GIVEN DATA:
>>>
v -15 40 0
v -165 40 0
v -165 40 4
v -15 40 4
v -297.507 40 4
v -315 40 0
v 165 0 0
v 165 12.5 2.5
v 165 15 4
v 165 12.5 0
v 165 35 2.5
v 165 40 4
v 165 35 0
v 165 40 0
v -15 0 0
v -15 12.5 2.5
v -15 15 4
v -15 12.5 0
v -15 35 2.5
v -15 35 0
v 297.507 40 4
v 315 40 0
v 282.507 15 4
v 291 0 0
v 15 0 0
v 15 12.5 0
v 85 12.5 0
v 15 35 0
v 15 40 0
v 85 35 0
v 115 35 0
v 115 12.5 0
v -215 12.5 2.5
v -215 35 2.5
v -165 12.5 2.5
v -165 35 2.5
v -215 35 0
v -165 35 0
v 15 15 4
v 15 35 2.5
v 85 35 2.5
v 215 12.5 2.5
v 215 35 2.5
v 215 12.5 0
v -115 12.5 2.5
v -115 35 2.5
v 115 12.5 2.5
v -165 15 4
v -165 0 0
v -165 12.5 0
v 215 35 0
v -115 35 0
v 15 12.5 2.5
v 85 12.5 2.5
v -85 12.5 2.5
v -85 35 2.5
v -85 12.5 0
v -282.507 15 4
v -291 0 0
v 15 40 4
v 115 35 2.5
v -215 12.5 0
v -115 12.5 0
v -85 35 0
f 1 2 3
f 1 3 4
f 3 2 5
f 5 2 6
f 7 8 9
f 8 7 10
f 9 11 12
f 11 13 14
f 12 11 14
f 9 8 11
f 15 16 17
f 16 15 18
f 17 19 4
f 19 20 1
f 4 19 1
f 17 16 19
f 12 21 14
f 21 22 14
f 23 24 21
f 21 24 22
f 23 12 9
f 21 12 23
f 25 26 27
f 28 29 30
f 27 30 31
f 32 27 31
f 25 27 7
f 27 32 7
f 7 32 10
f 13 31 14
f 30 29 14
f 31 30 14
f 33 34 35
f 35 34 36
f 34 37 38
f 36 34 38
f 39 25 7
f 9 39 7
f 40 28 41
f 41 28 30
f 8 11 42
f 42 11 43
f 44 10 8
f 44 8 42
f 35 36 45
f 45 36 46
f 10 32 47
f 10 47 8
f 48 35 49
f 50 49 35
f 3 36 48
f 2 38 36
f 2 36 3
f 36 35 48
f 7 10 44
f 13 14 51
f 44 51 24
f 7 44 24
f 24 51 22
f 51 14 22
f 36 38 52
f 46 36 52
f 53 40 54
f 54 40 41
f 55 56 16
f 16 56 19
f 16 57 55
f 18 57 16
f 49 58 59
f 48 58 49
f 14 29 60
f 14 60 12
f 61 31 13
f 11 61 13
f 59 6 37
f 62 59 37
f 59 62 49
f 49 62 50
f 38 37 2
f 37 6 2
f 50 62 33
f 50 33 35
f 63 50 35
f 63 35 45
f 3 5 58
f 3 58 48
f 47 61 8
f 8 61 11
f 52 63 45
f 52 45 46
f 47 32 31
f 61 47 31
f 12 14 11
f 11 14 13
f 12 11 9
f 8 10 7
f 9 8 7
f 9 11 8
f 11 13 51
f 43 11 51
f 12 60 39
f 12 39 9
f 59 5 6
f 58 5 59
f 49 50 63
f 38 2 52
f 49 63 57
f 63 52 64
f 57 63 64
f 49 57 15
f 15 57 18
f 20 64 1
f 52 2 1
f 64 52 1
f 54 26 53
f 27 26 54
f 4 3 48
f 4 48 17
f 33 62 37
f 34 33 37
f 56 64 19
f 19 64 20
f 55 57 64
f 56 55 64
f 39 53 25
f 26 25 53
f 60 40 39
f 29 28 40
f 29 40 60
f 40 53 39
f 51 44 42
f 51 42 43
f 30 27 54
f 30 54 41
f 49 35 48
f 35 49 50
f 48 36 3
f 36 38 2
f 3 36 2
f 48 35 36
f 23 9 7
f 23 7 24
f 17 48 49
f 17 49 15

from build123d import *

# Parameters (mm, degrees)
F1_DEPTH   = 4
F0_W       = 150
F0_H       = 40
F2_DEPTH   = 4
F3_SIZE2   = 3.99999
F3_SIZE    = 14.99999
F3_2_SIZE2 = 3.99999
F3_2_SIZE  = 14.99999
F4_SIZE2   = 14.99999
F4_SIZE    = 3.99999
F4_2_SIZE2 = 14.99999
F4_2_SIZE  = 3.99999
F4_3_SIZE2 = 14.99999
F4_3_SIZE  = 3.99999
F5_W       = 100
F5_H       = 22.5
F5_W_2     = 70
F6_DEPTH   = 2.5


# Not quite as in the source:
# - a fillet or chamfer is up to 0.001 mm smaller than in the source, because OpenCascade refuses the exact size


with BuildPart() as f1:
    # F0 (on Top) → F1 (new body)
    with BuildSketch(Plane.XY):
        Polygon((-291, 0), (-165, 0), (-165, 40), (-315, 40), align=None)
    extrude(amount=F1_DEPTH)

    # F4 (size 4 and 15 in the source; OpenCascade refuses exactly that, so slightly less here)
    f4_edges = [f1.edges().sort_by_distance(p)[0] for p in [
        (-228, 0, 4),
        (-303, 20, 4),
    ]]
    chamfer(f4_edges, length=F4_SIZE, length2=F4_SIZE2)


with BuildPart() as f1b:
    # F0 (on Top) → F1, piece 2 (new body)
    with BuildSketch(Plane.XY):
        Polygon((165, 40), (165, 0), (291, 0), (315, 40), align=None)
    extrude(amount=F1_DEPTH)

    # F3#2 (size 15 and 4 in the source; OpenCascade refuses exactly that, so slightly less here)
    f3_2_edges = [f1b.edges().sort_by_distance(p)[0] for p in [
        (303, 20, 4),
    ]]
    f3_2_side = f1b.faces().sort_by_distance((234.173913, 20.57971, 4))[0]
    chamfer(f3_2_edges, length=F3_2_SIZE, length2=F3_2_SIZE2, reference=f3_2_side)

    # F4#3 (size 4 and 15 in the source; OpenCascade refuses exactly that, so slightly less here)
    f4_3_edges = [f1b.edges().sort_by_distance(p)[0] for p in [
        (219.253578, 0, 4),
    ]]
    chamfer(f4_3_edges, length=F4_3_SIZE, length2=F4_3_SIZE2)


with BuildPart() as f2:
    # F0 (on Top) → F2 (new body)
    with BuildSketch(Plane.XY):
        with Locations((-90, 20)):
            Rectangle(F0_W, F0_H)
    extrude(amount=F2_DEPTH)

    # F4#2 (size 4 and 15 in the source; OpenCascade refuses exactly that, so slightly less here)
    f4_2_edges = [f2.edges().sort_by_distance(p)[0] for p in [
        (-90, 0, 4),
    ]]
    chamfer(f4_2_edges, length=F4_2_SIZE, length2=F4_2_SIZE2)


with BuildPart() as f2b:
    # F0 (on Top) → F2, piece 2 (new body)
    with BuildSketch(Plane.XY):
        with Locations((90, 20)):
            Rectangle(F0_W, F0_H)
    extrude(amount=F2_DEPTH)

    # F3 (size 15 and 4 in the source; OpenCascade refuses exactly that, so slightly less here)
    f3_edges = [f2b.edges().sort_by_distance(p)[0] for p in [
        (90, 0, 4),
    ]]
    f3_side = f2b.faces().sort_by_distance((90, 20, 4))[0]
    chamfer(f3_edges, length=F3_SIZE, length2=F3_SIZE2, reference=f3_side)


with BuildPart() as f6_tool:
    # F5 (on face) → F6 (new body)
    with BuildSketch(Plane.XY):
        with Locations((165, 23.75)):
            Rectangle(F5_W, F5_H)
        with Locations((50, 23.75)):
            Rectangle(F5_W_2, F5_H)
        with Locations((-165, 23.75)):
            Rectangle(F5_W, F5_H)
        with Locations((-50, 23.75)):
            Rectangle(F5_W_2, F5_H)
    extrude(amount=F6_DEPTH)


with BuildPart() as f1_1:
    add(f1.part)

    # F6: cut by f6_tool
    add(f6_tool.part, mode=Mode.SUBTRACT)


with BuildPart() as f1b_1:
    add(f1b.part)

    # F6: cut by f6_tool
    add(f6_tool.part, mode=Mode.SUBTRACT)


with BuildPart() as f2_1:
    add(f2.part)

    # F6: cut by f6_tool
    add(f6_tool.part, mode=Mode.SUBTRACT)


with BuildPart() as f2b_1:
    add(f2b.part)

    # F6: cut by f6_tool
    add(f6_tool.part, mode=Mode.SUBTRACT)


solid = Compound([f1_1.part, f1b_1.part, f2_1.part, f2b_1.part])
<<<
>>>
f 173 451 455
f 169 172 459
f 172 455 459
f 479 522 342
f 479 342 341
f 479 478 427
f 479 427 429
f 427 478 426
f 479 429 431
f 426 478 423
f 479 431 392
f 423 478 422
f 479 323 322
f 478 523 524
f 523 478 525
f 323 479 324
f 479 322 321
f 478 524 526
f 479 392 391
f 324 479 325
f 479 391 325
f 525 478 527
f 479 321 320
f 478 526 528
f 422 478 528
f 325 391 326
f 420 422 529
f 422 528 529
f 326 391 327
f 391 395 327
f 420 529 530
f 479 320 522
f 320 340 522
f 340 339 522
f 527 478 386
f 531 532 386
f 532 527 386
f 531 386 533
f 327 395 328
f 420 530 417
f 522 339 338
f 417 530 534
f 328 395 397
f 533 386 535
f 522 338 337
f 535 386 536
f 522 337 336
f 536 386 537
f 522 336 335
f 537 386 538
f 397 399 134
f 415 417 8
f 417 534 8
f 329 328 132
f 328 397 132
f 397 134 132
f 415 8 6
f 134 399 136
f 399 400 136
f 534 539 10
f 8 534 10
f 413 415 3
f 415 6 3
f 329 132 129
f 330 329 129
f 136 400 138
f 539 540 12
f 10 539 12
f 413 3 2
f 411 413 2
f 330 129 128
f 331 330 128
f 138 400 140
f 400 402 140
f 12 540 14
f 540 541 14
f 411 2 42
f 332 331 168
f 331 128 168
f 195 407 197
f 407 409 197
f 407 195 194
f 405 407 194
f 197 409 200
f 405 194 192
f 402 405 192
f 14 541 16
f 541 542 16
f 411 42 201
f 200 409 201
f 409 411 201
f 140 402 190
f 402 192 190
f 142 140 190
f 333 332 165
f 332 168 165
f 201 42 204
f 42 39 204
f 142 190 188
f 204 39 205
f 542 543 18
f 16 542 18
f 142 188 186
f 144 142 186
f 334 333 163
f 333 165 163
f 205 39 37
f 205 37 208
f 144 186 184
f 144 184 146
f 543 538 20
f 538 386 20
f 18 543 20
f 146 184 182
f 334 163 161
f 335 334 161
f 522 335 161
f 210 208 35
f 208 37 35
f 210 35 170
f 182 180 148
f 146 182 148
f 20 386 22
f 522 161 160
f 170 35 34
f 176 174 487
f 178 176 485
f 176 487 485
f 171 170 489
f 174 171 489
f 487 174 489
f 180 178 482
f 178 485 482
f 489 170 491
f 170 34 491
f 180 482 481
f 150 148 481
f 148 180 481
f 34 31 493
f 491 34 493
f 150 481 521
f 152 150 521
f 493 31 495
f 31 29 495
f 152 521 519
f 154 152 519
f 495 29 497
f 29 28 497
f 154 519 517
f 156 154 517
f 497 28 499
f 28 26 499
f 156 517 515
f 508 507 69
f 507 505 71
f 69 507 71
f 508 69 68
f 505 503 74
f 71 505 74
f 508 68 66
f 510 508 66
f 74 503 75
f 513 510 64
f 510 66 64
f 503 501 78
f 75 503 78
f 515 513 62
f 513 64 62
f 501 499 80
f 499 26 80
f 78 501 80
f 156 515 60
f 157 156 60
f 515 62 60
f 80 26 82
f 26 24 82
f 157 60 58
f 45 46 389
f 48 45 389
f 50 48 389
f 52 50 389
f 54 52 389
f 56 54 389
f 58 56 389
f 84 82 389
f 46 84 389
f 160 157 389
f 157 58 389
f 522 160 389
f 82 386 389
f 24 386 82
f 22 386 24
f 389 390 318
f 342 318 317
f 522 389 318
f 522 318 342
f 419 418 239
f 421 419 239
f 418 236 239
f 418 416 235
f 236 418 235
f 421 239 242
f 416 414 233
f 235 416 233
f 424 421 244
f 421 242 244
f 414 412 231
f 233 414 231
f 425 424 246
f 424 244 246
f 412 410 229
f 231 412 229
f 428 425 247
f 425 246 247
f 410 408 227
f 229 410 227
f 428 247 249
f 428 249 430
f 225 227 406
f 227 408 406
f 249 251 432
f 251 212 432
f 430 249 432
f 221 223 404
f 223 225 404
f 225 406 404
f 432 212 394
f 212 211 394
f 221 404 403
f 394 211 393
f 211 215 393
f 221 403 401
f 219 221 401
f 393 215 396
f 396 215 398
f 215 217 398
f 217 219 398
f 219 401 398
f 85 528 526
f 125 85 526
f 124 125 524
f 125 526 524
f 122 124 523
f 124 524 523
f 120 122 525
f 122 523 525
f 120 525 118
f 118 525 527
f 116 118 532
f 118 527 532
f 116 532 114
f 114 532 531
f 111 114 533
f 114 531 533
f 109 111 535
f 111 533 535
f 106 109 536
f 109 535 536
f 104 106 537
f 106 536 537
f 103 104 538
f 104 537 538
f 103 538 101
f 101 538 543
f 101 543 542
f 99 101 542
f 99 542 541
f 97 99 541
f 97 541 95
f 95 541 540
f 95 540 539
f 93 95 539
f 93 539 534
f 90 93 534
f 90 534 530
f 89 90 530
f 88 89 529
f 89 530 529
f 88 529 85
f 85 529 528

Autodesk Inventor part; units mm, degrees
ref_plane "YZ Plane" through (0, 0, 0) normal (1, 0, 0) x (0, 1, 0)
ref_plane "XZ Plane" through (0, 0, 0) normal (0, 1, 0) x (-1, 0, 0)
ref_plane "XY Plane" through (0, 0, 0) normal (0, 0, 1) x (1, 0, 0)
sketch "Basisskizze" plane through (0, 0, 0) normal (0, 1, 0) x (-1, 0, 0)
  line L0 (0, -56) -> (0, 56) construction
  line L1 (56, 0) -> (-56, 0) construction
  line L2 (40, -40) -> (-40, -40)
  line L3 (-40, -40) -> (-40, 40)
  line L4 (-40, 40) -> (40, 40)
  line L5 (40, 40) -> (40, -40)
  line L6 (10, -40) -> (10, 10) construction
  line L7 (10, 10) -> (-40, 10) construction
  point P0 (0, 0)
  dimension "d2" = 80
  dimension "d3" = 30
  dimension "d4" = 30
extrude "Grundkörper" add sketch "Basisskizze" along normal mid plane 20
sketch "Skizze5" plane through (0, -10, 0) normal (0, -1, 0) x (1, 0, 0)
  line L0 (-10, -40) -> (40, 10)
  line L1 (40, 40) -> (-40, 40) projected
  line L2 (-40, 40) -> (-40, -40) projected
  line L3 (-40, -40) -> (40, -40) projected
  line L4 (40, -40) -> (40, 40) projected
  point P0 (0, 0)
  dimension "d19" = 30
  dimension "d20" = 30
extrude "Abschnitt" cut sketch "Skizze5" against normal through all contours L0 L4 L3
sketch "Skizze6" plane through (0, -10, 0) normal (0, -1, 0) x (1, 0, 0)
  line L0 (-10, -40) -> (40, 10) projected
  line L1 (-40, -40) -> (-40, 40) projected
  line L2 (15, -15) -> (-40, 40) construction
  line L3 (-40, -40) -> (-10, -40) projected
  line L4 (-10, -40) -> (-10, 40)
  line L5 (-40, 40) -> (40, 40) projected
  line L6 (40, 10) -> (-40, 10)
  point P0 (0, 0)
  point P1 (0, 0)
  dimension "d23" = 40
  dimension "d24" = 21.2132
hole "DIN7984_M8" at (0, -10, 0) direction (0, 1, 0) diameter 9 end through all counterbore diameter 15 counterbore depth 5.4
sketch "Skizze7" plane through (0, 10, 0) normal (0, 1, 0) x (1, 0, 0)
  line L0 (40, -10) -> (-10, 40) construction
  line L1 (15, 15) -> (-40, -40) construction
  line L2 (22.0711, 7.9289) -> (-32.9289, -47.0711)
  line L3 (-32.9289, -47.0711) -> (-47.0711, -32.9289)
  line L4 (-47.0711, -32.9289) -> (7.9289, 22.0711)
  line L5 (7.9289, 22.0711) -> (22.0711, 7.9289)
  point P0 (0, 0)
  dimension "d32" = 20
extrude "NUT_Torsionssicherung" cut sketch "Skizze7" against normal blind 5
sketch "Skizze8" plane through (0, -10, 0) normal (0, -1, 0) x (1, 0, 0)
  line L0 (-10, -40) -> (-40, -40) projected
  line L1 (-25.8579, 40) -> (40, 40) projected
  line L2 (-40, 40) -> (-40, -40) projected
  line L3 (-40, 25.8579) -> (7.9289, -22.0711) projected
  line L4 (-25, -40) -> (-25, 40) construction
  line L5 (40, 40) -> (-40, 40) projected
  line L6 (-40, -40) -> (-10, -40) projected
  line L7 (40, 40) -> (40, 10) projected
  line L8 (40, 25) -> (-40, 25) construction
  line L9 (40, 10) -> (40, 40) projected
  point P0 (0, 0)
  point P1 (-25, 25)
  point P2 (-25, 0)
<<<
WORK ITEM: In the material above, locate the line containing "f 45 46 389" and the line containing "f 225 227 406". Transcribe exactly those two lines and every line between them, and nothing more.

EXERCISE SOLUTION:
f 45 46 389
f 48 45 389
f 50 48 389
f 52 50 389
f 54 52 389
f 56 54 389
f 58 56 389
f 84 82 389
f 46 84 389
f 160 157 389
f 157 58 389
f 522 160 389
f 82 386 389
f 24 386 82
f 22 386 24
f 389 390 318
f 342 318 317
f 522 389 318
f 522 318 342
f 419 418 239
f 421 419 239
f 418 236 239
f 418 416 235
f 236 418 235
f 421 239 242
f 416 414 233
f 235 416 233
f 424 421 244
f 421 242 244
f 414 412 231
f 233 414 231
f 425 424 246
f 424 244 246
f 412 410 229
f 231 412 229
f 428 425 247
f 425 246 247
f 410 408 227
f 229 410 227
f 428 247 249
f 428 249 430
f 225 227 406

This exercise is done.